Using a hardware token to authenticate to an app on an iPhone makes about as
much sense as.... sorry, it makes absolutely no sense at all.

I trust the secure element on the iPhone a lot more than I trust the hardware
on the Yubikey.

The days are numbered for this whole idea of a separate piece of hardware
USB/NFC to do authentication. If I’m adding a “something I have” factor to my
authentication flow (or even making it the only factor) it’s going to be the
phone hardware itself, not an extra dongle thing I have to carry around.

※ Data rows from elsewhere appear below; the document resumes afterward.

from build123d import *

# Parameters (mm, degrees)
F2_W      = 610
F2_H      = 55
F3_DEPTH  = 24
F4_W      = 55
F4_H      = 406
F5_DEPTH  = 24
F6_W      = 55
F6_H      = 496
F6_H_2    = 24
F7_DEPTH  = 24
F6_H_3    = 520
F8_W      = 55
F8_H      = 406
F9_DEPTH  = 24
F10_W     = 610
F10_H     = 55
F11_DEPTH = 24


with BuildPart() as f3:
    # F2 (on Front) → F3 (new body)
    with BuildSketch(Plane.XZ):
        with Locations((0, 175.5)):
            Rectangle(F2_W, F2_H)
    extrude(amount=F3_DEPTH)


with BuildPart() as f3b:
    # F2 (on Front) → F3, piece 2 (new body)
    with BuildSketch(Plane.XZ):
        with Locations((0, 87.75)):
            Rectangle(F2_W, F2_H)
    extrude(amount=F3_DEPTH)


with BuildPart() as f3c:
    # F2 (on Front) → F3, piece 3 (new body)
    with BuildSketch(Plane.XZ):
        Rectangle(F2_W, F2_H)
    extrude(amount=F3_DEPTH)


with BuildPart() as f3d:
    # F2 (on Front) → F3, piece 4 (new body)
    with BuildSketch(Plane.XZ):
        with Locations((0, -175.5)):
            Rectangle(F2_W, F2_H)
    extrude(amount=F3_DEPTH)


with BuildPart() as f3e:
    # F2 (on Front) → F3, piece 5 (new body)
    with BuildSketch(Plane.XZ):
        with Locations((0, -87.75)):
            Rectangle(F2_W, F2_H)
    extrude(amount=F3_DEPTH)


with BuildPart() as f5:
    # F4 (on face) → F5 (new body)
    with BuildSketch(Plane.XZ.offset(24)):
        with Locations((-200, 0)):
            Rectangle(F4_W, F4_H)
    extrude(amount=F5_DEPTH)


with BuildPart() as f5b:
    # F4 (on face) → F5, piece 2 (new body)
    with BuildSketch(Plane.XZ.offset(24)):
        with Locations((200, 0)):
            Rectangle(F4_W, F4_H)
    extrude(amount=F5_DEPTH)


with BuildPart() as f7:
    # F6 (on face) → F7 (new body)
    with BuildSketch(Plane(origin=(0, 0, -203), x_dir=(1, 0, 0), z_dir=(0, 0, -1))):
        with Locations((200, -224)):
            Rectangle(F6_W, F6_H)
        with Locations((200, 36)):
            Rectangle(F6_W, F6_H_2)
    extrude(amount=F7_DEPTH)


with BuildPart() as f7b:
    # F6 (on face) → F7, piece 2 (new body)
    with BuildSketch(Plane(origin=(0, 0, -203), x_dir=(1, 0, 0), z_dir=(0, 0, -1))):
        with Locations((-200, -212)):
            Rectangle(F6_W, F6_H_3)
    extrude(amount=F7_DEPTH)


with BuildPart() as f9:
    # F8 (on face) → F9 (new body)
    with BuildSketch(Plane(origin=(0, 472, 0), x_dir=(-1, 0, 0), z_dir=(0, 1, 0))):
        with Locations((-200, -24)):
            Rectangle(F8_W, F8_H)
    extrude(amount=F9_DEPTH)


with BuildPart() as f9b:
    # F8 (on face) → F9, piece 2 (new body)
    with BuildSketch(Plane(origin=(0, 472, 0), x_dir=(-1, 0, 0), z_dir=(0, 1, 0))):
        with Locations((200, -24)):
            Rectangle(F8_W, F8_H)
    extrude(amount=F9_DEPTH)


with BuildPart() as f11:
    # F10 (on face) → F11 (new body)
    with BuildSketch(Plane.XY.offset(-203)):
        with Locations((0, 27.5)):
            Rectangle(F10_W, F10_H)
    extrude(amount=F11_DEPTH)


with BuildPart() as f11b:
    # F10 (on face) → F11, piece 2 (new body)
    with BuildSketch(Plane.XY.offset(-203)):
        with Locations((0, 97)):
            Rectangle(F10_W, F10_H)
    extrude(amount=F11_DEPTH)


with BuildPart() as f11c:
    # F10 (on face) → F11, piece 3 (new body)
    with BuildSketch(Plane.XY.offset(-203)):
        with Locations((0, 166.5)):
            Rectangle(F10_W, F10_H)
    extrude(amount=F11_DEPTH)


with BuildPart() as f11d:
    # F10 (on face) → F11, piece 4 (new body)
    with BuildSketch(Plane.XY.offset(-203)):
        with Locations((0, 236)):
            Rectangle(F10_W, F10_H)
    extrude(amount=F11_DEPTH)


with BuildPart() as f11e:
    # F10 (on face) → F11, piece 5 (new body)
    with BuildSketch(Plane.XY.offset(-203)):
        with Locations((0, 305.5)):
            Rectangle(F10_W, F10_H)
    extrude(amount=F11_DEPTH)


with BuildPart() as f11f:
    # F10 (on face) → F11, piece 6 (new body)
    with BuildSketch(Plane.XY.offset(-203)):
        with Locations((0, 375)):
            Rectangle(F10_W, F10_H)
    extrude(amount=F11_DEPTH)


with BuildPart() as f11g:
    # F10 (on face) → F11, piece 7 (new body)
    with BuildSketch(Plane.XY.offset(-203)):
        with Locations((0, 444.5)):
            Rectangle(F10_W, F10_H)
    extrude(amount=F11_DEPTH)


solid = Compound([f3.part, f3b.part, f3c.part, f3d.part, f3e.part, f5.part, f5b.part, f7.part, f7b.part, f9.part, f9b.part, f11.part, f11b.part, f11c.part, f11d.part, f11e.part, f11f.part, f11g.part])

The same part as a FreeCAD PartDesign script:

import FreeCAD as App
import Part
import Sketcher
Q = App.Units.Quantity

doc = App.newDocument("Part")
params = doc.addObject("Spreadsheet::Sheet", "Params")
for row, (alias, value) in enumerate([
    ("sketch1_width", "610 mm"),
    ("sketch1_height", "55 mm"),
    ("pad1_length", "24 mm"),
    ("sketch2_width", "610 mm"),
    ("sketch2_height", "55 mm"),
    ("pad2_length", "24 mm"),
    ("sketch3_width", "610 mm"),
    ("sketch3_height", "55 mm"),
    ("pad3_length", "24 mm"),
    ("sketch4_width", "610 mm"),
    ("sketch4_height", "55 mm"),
    ("pad4_length", "24 mm"),
    ("sketch5_width", "610 mm"),
    ("sketch5_height", "55 mm"),
    ("pad5_length", "24 mm"),
    ("sketch6_width", "55 mm"),
    ("sketch6_height", "406 mm"),
    ("pad6_length", "24 mm"),
    ("sketch7_width", "55 mm"),
    ("sketch7_height", "406 mm"),
    ("pad7_length", "24 mm"),
    ("sketch8_width", "55 mm"),
    ("sketch8_height", "520 mm"),
    ("pad8_length", "24 mm"),
    ("sketch9_width", "55 mm"),
    ("sketch9_height", "520 mm"),
    ("pad9_length", "24 mm"),
    ("sketch10_width", "55 mm"),
    ("sketch10_height", "406 mm"),
    ("pad10_length", "24 mm"),
    ("sketch11_width", "55 mm"),
    ("sketch11_height", "406 mm"),
    ("pad11_length", "24 mm"),
    ("sketch12_width", "610 mm"),
    ("sketch12_height", "55 mm"),
    ("pad12_length", "24 mm"),
    ("sketch13_width", "610 mm"),
    ("sketch13_height", "55 mm"),
    ("pad13_length", "24 mm"),
    ("sketch14_width", "610 mm"),
    ("sketch14_height", "55 mm"),
    ("pad14_length", "24 mm"),
    ("sketch15_width", "610 mm"),
    ("sketch15_height", "55 mm"),
    ("pad15_length", "24 mm"),
    ("sketch16_width", "610 mm"),
    ("sketch16_height", "55 mm"),
    ("pad16_length", "24 mm"),
    ("sketch17_width", "610 mm"),
    ("sketch17_height", "55 mm"),
    ("pad17_length", "24 mm"),
    ("sketch18_width", "610 mm"),
    ("sketch18_height", "55 mm"),
    ("pad18_length", "24 mm"),
], start=1):
    params.set(f"A{row}", alias)
    params.set(f"B{row}", "=" + value)
    params.setAlias(f"B{row}", alias)

body = doc.addObject("PartDesign::Body", "Body")

sketch1 = doc.addObject("Sketcher::SketchObject", "Sketch")
body.addObject(sketch1)
sketch1.AttachmentSupport = (doc.XZ_Plane, [""])
sketch1.MapMode = "FlatFace"
sketch1.addGeometry([
    Part.LineSegment(App.Vector(-305, 203, 0), App.Vector(-305, 148, 0)),
    Part.LineSegment(App.Vector(-305, 148, 0), App.Vector(305, 148, 0)),
    Part.LineSegment(App.Vector(305, 148, 0), App.Vector(305, 203, 0)),
    Part.LineSegment(App.Vector(305, 203, 0), App.Vector(-305, 203, 0)),
], False)
sketch1.addConstraint([
    Sketcher.Constraint("Coincident", 0, 2, 1, 1),
    Sketcher.Constraint("Coincident", 1, 2, 2, 1),
    Sketcher.Constraint("Coincident", 2, 2, 3, 1),
    Sketcher.Constraint("Coincident", 3, 2, 0, 1),
    Sketcher.Constraint("Vertical", 0),
    Sketcher.Constraint("Horizontal", 1),
    Sketcher.Constraint("Vertical", 2),
    Sketcher.Constraint("Horizontal", 3),
    Sketcher.Constraint("DistanceX", 1, 1, 1, 2, Q("610 mm")),
    Sketcher.Constraint("DistanceY", 0, 2, 0, 1, Q("55 mm")),
    Sketcher.Constraint("DistanceX", 0, 2, -1, 1, Q("305 mm")),
    Sketcher.Constraint("DistanceY", -1, 1, 0, 2, Q("148 mm")),
])
sketch1.setExpression("Constraints[8]", "Params.sketch1_width")
sketch1.setExpression("Constraints[9]", "Params.sketch1_height")
pad1 = doc.addObject("PartDesign::Pad", "Pad")
body.addObject(pad1)
pad1.Profile = sketch1
pad1.setExpression("Length", "Params.pad1_length")
body2 = doc.addObject("PartDesign::Body", "Body001")

sketch2 = doc.addObject("Sketcher::SketchObject", "Sketch001")
body2.addObject(sketch2)
sketch2.AttachmentSupport = (doc.getObject("XZ_Plane001"), [""])
sketch2.MapMode = "FlatFace"
sketch2.addGeometry([
    Part.LineSegment(App.Vector(-305, 115, 0), App.Vector(-305, 60, 0)),
    Part.LineSegment(App.Vector(-305, 60, 0), App.Vector(305, 60, 0)),
    Part.LineSegment(App.Vector(305, 60, 0), App.Vector(305, 115, 0)),
    Part.LineSegment(App.Vector(305, 115, 0), App.Vector(-305, 115, 0)),
], False)
sketch2.addConstraint([
    Sketcher.Constraint("Coincident", 0, 2, 1, 1),
    Sketcher.Constraint("Coincident", 1, 2, 2, 1),
    Sketcher.Constraint("Coincident", 2, 2, 3, 1),
    Sketcher.Constraint("Coincident", 3, 2, 0, 1),
    Sketcher.Constraint("Vertical", 0),
    Sketcher.Constraint("Horizontal", 1),
    Sketcher.Constraint("Vertical", 2),
    Sketcher.Constraint("Horizontal", 3),
    Sketcher.Constraint("DistanceX", 1, 1, 1, 2, Q("610 mm")),
    Sketcher.Constraint("DistanceY", 0, 2, 0, 1, Q("55 mm")),
    Sketcher.Constraint("DistanceX", 0, 2, -1, 1, Q("305 mm")),
    Sketcher.Constraint("DistanceY", -1, 1, 0, 2, Q("60.25 mm")),
])
sketch2.setExpression("Constraints[8]", "Params.sketch2_width")
sketch2.setExpression("Constraints[9]", "Params.sketch2_height")
pad2 = doc.addObject("PartDesign::Pad", "Pad001")
body2.addObject(pad2)
pad2.Profile = sketch2
pad2.setExpression("Length", "Params.pad2_length")
body3 = doc.addObject("PartDesign::Body", "Body002")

FIDO’s upcoming CTAP unfortunately is going about it the wrong way, IMO. I
don’t want to have to establish NFC or Bluetooth from my iPhone to my desktop
to enable me to use my iPhone to authenticate on my desktop. It’s entirely
unnecessary since both devices are already online. They are designing for a
corner case which makes the primary case too complicated.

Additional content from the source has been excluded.